AIM OF THE EXERCISE
Starting with the first line and ending with the one that holds "#193=LINE('',#22,#53);", retype the entries exactly.
DATA EXCERPTS Start Marker
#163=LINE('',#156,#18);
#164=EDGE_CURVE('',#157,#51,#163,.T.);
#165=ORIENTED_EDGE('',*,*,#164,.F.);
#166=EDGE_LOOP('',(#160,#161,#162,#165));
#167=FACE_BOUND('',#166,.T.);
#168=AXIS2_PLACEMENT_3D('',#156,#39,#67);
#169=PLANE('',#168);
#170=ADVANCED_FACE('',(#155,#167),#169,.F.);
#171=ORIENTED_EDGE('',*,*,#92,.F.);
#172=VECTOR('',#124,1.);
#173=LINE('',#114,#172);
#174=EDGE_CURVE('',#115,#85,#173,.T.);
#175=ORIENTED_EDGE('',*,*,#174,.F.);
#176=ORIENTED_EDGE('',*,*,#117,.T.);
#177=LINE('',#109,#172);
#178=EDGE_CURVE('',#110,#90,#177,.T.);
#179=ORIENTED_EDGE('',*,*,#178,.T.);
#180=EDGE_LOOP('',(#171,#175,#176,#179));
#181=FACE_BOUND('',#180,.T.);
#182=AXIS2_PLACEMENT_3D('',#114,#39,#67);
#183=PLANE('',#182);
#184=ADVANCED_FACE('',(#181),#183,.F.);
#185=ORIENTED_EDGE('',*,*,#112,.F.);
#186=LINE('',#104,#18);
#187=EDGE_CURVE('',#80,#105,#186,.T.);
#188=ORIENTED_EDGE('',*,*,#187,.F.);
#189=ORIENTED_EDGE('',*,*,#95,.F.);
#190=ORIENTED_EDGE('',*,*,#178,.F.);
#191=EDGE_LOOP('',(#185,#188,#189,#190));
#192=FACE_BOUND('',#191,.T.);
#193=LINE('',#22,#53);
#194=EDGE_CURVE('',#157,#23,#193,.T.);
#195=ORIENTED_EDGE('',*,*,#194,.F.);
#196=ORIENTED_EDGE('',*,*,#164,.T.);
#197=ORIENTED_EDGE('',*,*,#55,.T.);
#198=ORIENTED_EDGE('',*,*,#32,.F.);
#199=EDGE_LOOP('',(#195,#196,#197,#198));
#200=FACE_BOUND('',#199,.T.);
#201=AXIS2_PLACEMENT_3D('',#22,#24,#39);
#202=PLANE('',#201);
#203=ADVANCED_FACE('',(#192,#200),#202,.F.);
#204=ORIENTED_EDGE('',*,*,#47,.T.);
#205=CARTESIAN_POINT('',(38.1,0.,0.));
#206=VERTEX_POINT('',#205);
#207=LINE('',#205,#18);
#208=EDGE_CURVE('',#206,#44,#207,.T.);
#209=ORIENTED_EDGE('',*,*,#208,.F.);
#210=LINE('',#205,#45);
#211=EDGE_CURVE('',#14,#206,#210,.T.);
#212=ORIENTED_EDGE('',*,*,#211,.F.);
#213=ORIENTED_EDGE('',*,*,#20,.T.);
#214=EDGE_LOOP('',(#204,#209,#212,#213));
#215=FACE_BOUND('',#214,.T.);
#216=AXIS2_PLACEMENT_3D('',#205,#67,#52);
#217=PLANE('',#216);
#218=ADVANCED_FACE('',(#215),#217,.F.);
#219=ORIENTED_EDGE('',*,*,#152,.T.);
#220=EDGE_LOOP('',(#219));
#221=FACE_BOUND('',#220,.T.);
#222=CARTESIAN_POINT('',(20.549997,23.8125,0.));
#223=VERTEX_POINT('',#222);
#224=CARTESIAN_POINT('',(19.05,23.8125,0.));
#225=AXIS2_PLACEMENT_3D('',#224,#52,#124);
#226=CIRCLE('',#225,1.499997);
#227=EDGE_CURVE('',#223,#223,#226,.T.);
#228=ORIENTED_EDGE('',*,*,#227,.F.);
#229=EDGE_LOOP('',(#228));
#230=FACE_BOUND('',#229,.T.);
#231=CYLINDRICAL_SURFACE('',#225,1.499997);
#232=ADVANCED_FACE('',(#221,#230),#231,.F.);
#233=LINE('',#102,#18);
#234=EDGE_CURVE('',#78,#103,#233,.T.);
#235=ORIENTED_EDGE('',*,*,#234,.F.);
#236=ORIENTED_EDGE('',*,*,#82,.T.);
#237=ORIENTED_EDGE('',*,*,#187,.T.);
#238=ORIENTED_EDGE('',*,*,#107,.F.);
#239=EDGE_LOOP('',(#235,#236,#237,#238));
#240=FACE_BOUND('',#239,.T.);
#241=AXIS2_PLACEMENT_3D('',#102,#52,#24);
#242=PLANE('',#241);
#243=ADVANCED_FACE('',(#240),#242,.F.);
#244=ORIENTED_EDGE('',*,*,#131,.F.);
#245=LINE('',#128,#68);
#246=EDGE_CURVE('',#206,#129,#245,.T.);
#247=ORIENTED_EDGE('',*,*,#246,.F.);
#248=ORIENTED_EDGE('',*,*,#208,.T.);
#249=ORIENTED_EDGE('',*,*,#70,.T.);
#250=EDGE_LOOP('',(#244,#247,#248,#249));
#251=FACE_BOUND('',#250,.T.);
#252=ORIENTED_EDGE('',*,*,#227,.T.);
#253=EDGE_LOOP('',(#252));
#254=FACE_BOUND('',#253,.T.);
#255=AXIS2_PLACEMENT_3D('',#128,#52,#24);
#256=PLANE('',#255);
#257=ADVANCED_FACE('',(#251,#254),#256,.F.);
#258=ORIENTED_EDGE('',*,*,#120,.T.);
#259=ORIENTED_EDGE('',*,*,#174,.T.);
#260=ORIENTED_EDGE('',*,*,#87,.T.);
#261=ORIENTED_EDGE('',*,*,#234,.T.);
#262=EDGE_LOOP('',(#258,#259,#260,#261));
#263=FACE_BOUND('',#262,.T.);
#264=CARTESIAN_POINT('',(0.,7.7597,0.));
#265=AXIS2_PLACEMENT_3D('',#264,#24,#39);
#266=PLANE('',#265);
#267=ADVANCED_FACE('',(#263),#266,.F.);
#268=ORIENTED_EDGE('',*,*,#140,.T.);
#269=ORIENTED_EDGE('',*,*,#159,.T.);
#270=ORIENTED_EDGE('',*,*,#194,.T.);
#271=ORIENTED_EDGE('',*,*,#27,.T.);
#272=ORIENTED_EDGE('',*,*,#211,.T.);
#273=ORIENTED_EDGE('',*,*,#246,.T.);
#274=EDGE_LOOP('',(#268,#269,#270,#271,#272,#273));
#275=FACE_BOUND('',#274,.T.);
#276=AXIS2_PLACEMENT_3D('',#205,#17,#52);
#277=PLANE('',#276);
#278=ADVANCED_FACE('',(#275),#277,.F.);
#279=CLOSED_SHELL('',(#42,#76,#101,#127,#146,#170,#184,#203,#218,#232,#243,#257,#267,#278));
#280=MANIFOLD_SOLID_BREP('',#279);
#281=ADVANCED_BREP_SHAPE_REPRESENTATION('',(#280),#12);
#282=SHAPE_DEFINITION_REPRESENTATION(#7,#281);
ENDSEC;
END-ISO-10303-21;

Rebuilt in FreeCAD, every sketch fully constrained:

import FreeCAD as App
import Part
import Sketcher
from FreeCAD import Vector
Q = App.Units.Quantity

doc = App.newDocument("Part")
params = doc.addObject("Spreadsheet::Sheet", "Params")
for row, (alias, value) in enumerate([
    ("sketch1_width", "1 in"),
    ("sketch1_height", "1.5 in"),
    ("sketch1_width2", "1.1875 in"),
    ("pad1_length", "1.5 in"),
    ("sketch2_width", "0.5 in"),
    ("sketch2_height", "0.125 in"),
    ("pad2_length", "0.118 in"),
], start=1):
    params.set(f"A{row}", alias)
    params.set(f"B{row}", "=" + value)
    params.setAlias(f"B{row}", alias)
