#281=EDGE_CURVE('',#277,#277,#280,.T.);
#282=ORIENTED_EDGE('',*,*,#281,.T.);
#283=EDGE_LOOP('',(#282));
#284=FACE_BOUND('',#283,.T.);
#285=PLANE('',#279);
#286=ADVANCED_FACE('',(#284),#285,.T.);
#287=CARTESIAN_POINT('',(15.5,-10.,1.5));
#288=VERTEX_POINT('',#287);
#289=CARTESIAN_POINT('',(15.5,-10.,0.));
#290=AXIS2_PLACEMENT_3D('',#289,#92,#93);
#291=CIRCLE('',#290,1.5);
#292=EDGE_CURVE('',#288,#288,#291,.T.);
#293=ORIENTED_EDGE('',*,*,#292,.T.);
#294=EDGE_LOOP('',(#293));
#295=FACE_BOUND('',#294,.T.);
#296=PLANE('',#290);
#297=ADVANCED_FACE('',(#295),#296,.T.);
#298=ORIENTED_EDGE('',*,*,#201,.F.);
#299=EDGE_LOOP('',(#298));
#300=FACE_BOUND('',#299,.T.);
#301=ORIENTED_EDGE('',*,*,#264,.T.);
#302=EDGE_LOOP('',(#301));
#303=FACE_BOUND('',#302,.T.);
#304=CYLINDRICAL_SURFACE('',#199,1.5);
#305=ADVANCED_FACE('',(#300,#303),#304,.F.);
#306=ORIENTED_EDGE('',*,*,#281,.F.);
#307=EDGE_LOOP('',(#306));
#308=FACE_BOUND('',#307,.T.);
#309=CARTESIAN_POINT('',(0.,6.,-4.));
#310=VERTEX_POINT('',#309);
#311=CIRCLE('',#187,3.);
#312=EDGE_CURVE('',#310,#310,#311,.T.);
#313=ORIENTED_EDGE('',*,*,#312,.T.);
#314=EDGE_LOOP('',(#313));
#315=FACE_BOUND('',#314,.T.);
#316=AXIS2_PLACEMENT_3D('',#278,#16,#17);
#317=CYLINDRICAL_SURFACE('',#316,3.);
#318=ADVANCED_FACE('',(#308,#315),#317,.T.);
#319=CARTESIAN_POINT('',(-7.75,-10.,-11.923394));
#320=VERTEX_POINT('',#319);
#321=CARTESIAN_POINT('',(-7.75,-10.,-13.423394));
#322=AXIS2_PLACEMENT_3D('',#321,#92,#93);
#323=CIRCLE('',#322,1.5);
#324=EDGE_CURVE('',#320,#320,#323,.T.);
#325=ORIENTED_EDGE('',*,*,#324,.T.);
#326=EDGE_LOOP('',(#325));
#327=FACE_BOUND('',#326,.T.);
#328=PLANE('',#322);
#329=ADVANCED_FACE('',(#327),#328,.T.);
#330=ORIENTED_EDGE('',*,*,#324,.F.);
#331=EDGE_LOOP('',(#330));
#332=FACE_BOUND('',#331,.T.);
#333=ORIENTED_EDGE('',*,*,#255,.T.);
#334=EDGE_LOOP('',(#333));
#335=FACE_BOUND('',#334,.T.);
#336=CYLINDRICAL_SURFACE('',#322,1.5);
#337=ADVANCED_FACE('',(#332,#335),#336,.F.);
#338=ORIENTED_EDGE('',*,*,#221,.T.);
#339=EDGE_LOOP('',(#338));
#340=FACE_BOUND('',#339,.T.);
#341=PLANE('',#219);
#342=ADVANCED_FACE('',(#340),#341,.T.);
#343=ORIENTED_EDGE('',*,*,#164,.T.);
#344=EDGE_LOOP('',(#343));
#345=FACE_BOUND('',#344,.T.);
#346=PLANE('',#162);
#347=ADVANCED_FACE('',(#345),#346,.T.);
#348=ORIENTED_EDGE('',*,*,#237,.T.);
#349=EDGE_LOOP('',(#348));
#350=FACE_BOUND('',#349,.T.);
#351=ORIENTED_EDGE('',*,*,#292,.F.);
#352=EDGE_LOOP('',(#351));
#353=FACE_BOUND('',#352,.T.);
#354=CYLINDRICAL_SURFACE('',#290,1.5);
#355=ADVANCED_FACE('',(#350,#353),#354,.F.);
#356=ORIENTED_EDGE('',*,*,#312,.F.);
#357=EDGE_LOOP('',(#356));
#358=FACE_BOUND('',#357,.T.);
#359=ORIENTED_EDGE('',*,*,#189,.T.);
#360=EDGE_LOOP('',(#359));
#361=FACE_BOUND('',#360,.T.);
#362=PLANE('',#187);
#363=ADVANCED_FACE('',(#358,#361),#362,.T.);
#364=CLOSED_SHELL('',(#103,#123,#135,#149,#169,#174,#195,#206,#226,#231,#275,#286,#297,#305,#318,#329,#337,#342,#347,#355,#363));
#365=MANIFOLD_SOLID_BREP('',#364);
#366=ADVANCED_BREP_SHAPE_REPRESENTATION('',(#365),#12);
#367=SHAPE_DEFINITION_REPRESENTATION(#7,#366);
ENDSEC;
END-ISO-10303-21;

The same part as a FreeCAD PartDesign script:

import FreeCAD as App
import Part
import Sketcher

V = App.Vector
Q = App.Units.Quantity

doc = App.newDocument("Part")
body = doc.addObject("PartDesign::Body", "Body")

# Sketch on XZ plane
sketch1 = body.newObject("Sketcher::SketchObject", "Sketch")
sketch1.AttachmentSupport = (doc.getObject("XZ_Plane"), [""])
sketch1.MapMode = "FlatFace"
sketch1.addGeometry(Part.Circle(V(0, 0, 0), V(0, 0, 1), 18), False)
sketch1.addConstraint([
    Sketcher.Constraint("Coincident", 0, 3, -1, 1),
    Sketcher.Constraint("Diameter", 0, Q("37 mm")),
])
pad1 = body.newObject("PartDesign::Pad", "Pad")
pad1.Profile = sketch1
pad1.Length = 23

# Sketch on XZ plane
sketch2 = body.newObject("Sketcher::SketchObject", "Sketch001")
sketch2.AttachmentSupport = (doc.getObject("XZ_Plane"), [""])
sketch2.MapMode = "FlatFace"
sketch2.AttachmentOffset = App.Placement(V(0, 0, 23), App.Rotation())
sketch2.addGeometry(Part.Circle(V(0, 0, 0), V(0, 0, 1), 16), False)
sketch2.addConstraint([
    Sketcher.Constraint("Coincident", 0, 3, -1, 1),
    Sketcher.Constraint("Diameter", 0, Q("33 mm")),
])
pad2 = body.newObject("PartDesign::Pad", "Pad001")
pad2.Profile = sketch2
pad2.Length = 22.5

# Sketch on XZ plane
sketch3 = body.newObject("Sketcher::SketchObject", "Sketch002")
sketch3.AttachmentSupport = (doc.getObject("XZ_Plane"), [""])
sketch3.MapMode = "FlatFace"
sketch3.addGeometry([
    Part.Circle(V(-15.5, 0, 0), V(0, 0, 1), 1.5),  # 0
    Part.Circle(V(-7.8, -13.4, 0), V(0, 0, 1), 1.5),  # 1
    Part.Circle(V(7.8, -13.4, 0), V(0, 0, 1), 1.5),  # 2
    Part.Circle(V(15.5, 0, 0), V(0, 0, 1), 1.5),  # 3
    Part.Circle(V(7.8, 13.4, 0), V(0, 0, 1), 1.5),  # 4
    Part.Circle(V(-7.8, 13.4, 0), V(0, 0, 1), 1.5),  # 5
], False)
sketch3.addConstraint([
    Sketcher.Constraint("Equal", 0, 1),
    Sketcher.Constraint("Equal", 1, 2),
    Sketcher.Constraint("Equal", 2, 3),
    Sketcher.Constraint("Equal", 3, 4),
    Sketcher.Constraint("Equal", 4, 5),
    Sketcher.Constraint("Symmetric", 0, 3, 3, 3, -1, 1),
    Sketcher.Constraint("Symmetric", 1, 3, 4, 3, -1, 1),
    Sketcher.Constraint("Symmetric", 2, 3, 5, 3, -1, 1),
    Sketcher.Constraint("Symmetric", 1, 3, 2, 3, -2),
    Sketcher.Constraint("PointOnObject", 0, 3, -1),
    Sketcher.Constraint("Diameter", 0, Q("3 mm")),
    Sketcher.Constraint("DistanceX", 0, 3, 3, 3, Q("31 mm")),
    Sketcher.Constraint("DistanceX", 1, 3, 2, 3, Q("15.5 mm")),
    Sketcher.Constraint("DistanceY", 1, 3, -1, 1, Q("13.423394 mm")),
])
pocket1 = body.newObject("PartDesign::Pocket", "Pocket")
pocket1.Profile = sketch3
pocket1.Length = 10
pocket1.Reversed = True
DATA EXCERPTS End Marker
ANSWER SECTION
#163=LINE('',#156,#18);
#164=EDGE_CURVE('',#157,#51,#163,.T.);
#165=ORIENTED_EDGE('',*,*,#164,.F.);
#166=EDGE_LOOP('',(#160,#161,#162,#165));
#167=FACE_BOUND('',#166,.T.);
#168=AXIS2_PLACEMENT_3D('',#156,#39,#67);
#169=PLANE('',#168);
#170=ADVANCED_FACE('',(#155,#167),#169,.F.);
#171=ORIENTED_EDGE('',*,*,#92,.F.);
#172=VECTOR('',#124,1.);
#173=LINE('',#114,#172);
#174=EDGE_CURVE('',#115,#85,#173,.T.);
#175=ORIENTED_EDGE('',*,*,#174,.F.);
#176=ORIENTED_EDGE('',*,*,#117,.T.);
#177=LINE('',#109,#172);
#178=EDGE_CURVE('',#110,#90,#177,.T.);
#179=ORIENTED_EDGE('',*,*,#178,.T.);
#180=EDGE_LOOP('',(#171,#175,#176,#179));
#181=FACE_BOUND('',#180,.T.);
#182=AXIS2_PLACEMENT_3D('',#114,#39,#67);
#183=PLANE('',#182);
#184=ADVANCED_FACE('',(#181),#183,.F.);
#185=ORIENTED_EDGE('',*,*,#112,.F.);
#186=LINE('',#104,#18);
#187=EDGE_CURVE('',#80,#105,#186,.T.);
#188=ORIENTED_EDGE('',*,*,#187,.F.);
#189=ORIENTED_EDGE('',*,*,#95,.F.);
#190=ORIENTED_EDGE('',*,*,#178,.F.);
#191=EDGE_LOOP('',(#185,#188,#189,#190));
#192=FACE_BOUND('',#191,.T.);
#193=LINE('',#22,#53);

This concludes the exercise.